Every line below between the line holding "v -27.565 92.174 39.2" and the line holding "v 37.573 99.231 39.2", inclusive, should be repeated exactly, and all other lines omitted.

Segment Start: Extracted entries

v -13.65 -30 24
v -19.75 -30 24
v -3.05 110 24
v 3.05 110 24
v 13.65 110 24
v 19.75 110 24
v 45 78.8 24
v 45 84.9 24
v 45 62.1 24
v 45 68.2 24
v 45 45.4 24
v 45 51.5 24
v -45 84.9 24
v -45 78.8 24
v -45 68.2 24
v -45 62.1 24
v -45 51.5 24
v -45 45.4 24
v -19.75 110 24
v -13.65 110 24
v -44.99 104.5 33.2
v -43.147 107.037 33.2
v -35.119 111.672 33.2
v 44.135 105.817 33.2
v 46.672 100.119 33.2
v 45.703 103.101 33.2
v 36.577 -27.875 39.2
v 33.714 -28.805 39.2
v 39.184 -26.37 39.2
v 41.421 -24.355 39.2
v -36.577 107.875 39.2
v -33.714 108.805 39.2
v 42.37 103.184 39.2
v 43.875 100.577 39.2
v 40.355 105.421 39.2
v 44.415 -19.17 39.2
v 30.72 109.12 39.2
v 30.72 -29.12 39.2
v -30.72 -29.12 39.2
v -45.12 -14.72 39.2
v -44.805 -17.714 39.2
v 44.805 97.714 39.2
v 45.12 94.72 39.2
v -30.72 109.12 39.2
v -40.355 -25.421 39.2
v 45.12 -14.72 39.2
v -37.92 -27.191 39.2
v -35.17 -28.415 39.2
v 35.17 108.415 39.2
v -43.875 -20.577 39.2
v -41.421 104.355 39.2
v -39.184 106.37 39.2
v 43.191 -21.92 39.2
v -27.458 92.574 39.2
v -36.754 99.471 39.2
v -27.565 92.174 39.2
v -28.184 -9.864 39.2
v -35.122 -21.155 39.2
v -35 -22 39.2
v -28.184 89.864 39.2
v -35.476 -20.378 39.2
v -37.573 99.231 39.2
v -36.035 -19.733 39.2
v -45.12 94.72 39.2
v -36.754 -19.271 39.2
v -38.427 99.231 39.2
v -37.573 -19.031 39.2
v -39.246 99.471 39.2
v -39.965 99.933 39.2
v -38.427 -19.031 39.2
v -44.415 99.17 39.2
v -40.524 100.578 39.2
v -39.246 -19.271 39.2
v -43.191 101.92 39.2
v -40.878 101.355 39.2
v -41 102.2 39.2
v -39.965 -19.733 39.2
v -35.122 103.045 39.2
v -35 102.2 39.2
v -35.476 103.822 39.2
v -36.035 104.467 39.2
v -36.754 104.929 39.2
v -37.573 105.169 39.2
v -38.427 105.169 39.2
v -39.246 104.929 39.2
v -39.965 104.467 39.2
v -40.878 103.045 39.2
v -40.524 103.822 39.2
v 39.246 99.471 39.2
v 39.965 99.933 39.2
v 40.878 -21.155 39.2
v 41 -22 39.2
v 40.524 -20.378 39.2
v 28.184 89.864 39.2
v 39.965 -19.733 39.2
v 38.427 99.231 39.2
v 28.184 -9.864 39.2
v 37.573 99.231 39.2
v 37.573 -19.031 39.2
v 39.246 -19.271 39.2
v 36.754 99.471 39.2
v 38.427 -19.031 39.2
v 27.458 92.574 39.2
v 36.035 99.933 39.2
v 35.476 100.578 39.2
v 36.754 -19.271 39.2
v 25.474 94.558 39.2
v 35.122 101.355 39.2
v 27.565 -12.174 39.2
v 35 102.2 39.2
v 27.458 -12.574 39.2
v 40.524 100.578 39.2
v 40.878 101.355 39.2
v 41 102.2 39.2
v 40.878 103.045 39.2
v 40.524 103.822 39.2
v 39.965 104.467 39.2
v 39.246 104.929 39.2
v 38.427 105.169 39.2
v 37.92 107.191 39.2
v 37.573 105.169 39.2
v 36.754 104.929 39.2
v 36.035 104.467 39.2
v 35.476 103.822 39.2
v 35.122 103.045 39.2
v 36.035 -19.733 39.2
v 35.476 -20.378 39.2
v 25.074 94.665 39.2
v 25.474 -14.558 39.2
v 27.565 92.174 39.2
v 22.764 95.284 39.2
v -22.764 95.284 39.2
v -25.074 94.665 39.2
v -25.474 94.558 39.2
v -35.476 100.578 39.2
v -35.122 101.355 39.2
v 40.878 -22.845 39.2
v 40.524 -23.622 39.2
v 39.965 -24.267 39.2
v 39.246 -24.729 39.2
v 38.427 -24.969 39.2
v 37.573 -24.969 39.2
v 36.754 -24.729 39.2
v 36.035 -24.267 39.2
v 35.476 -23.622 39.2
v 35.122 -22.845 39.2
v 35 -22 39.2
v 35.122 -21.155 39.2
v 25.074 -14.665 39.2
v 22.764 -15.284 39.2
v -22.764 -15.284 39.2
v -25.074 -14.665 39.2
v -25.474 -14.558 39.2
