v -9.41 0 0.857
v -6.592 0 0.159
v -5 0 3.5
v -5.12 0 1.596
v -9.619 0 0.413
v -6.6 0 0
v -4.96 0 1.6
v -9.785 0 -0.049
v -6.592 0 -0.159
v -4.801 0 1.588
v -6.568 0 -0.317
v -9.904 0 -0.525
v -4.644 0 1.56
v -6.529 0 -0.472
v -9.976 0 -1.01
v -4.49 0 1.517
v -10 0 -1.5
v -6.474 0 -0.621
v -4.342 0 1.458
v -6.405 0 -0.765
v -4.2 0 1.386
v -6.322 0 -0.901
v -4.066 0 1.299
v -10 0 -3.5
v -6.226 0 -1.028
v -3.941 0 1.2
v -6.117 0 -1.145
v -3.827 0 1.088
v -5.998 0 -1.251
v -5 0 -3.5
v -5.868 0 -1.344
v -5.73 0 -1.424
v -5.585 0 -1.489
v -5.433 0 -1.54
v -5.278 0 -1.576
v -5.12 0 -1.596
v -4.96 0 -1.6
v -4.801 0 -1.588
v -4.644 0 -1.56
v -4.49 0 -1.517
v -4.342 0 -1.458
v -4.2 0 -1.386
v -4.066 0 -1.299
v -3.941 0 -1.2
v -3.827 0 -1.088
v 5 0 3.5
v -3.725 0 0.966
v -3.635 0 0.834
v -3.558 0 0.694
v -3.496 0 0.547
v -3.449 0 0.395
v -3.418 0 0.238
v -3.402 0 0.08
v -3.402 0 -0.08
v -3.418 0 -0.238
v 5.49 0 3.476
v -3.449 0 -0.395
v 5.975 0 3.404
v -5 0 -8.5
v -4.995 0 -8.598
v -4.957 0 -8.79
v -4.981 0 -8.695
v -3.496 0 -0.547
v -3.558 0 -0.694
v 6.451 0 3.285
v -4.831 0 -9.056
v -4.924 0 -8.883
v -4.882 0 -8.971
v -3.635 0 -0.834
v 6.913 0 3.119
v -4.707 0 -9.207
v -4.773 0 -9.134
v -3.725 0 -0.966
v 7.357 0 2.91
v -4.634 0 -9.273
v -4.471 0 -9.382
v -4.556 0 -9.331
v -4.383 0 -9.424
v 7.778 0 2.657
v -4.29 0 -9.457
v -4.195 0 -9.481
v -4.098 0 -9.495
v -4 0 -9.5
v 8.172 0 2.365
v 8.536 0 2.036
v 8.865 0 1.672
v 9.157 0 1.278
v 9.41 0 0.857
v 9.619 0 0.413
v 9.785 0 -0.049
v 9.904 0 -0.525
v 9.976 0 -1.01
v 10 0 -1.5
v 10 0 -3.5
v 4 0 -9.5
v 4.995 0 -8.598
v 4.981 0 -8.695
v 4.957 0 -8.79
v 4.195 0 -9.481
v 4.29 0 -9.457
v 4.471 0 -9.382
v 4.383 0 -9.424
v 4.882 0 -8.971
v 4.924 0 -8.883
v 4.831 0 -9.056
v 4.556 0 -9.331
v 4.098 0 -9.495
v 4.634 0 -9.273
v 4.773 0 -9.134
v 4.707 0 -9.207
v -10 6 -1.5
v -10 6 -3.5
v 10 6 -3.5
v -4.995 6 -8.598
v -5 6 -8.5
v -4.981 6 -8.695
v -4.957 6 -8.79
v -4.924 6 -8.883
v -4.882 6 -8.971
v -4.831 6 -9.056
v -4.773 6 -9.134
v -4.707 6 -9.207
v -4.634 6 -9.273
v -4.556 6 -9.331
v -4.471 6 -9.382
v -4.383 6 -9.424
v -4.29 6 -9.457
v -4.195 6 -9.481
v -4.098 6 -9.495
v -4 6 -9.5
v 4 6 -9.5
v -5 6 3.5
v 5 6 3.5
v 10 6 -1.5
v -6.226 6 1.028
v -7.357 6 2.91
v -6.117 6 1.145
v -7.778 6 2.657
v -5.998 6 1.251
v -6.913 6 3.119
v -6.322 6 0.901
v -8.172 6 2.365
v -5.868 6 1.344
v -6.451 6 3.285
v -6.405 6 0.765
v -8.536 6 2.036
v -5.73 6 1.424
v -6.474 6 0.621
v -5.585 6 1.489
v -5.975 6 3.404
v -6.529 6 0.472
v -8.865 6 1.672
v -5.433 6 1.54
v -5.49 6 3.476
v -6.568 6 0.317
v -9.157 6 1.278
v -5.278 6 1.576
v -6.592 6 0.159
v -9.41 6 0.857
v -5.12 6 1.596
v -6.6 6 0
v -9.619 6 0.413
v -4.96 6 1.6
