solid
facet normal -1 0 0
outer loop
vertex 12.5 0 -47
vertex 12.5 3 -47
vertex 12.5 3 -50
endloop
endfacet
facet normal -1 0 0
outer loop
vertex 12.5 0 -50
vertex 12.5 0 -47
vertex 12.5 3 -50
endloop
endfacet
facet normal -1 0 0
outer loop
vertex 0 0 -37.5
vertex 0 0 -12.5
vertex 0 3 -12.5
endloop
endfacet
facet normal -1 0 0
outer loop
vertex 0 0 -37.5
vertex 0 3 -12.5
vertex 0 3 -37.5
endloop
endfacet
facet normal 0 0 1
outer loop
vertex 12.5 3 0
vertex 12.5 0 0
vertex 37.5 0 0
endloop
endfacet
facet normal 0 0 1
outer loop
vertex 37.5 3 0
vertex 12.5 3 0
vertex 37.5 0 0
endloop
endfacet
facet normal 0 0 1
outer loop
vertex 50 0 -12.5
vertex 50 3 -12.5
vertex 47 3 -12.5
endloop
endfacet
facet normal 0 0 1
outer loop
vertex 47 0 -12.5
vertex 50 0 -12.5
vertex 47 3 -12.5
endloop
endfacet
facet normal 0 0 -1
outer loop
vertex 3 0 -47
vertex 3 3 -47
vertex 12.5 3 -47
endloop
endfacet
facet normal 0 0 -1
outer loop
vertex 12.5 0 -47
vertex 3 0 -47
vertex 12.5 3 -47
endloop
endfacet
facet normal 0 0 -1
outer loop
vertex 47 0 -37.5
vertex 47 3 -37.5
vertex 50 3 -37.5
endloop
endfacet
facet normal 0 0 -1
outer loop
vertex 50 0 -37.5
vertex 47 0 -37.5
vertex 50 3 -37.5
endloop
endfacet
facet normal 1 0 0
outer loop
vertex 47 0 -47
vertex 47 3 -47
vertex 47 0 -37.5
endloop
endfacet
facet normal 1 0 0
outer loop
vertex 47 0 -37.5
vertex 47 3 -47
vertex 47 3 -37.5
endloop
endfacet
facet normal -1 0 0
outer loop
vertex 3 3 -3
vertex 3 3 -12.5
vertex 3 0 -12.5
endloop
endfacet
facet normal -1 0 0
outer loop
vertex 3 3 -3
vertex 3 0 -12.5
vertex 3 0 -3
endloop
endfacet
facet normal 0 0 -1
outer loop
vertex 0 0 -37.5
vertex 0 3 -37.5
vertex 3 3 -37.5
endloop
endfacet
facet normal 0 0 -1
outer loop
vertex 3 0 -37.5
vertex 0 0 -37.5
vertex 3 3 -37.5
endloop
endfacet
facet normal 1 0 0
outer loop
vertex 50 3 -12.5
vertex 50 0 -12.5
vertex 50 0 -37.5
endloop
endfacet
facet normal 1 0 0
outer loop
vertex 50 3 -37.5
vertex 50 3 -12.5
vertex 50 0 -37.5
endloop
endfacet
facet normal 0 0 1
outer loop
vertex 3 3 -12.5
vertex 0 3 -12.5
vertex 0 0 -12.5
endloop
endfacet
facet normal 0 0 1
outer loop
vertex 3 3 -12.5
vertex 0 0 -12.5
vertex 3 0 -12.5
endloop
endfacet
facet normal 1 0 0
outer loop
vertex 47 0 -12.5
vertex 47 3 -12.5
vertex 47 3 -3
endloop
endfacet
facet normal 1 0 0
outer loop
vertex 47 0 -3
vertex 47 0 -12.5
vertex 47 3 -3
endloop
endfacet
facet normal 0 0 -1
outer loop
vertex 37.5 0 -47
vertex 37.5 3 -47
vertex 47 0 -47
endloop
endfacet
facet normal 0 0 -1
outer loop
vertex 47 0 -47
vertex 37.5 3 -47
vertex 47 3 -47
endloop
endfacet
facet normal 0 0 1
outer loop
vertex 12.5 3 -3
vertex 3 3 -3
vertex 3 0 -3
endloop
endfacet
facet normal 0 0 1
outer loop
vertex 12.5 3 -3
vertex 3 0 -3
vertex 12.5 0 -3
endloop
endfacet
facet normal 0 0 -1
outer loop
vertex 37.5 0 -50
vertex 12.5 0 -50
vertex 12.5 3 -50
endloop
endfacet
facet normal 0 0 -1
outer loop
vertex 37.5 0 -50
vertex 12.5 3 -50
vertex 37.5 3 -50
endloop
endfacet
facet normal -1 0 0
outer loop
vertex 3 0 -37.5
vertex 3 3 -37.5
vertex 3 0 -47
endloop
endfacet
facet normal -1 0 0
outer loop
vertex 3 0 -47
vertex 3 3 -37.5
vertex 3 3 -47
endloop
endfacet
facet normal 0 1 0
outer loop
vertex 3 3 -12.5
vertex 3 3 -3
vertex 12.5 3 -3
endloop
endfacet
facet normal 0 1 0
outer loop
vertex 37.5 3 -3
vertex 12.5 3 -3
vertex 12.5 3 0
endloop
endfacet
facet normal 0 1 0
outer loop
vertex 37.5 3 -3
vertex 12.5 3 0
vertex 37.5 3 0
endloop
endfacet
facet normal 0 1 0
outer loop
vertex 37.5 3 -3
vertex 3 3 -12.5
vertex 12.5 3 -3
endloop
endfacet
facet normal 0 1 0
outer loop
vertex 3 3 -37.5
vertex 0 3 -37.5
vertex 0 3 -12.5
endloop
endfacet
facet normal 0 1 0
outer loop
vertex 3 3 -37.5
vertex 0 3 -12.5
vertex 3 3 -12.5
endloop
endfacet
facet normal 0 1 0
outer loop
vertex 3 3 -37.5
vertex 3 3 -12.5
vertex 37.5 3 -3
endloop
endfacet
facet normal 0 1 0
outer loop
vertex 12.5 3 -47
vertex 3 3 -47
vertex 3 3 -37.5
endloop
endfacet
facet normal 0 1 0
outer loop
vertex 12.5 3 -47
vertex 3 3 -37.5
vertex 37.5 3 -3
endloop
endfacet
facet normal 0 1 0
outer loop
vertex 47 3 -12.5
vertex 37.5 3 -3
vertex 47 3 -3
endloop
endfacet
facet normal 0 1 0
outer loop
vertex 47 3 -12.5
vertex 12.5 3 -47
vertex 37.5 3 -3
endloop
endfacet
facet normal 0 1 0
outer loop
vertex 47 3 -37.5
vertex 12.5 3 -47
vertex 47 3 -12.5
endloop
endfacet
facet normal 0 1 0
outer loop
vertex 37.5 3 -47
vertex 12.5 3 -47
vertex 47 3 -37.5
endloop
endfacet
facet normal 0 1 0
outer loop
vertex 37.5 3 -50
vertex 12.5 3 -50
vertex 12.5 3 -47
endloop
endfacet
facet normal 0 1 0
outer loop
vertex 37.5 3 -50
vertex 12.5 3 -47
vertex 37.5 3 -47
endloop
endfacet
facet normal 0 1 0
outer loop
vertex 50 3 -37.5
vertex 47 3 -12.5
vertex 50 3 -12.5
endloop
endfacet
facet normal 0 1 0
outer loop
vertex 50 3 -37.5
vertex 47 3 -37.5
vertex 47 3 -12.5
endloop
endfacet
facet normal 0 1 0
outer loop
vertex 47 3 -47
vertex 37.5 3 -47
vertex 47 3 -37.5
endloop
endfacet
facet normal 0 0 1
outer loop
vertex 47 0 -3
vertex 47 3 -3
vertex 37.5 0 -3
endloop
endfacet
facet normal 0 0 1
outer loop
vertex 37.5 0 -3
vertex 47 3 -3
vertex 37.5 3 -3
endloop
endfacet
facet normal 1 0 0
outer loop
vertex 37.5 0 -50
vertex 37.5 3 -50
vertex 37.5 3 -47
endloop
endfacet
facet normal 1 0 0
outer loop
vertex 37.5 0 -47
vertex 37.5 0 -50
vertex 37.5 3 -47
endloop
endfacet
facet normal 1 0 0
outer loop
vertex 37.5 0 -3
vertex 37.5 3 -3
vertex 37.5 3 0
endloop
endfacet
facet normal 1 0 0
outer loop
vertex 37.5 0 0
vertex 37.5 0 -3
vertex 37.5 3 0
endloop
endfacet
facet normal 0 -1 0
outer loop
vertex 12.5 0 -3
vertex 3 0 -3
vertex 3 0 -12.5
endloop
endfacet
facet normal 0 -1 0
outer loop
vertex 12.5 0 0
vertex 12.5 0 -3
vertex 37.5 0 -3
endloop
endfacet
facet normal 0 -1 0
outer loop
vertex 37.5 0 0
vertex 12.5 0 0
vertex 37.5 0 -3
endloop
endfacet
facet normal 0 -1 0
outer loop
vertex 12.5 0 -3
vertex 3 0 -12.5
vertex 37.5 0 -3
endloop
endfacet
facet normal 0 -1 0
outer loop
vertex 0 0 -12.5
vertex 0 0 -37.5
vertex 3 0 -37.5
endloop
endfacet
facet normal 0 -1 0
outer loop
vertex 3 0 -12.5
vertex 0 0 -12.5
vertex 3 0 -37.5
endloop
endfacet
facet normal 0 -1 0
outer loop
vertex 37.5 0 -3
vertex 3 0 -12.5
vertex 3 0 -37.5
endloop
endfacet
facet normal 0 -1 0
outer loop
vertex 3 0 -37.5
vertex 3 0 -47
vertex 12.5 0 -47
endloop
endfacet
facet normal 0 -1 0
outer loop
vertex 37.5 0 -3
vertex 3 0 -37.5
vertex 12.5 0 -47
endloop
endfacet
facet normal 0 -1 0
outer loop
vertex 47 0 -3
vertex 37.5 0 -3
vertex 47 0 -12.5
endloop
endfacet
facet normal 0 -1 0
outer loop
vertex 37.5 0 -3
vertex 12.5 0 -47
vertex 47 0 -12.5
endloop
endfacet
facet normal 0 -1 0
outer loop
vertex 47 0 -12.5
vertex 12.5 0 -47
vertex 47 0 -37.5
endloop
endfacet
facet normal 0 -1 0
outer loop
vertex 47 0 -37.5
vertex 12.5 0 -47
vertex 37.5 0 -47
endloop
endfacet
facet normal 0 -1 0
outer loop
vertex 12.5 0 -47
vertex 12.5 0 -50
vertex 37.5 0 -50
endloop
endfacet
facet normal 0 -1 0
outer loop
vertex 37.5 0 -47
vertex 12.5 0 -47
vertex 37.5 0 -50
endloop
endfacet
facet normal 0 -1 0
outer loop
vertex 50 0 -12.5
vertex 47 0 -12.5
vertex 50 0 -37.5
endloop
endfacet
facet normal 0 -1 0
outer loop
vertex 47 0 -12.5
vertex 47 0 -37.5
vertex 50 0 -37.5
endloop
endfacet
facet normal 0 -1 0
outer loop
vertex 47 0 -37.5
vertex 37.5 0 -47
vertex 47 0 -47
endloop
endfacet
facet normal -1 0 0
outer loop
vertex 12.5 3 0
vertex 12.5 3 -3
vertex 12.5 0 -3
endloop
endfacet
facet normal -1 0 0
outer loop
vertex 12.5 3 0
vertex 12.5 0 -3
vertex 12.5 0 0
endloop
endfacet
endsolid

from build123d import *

# Parameters (mm, degrees)
ESQUISSE1_W             = 50
ESQUISSE1_H             = 50
BOSS_EXTRU_1_DEPTH      = 3
ENL_V_MAT_EXTRU_1_DEPTH = 3


with BuildPart() as part:
    # Esquisse1 → Boss.-Extru.1 (new body)
    with BuildSketch(Plane(origin=(0, 0, 0), x_dir=(1, 0, 0), z_dir=(0, 1, 0))):
        with Locations((25, 25)):
            Rectangle(ESQUISSE1_W, ESQUISSE1_H)
    extrude(amount=BOSS_EXTRU_1_DEPTH)

    # Esquisse2 → Enlèv. mat.-Extru.1 (cut)
    with BuildSketch(Plane(origin=(0, 3, 0), x_dir=(1, 0, 0), z_dir=(0, 1, 0))):
        Polygon((0, 37.5), (3, 37.5), (3, 47), (12.5, 47), (12.5, 50), (0, 50), align=None)
        Polygon((0, 12.5), (3, 12.5), (3, 3), (12.5, 3), (12.5, 0), (0, 0), align=None)
        Polygon((50, 12.5), (47, 12.5), (47, 3), (37.5, 3), (37.5, 0), (50, 0), align=None)
        Polygon((37.5, 50), (37.5, 47), (47, 47), (47, 37.5), (50, 37.5), (50, 50), align=None)
    extrude(amount=-ENL_V_MAT_EXTRU_1_DEPTH, mode=Mode.SUBTRACT)


solid = part.part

Segment End: Extracted entries

- _Written solution_
v -27.565 92.174 39.2
v -28.184 -9.864 39.2
v -35.122 -21.155 39.2
v -35 -22 39.2
v -28.184 89.864 39.2
v -35.476 -20.378 39.2
v -37.573 99.231 39.2
v -36.035 -19.733 39.2
v -45.12 94.72 39.2
v -36.754 -19.271 39.2
v -38.427 99.231 39.2
v -37.573 -19.031 39.2
v -39.246 99.471 39.2
v -39.965 99.933 39.2
v -38.427 -19.031 39.2
v -44.415 99.17 39.2
v -40.524 100.578 39.2
v -39.246 -19.271 39.2
v -43.191 101.92 39.2
v -40.878 101.355 39.2
v -41 102.2 39.2
v -39.965 -19.733 39.2
v -35.122 103.045 39.2
v -35 102.2 39.2
v -35.476 103.822 39.2
v -36.035 104.467 39.2
v -36.754 104.929 39.2
v -37.573 105.169 39.2
v -38.427 105.169 39.2
v -39.246 104.929 39.2
v -39.965 104.467 39.2
v -40.878 103.045 39.2
v -40.524 103.822 39.2
v 39.246 99.471 39.2
v 39.965 99.933 39.2
v 40.878 -21.155 39.2
v 41 -22 39.2
v 40.524 -20.378 39.2
v 28.184 89.864 39.2
v 39.965 -19.733 39.2
v 38.427 99.231 39.2
v 28.184 -9.864 39.2
v 37.573 99.231 39.2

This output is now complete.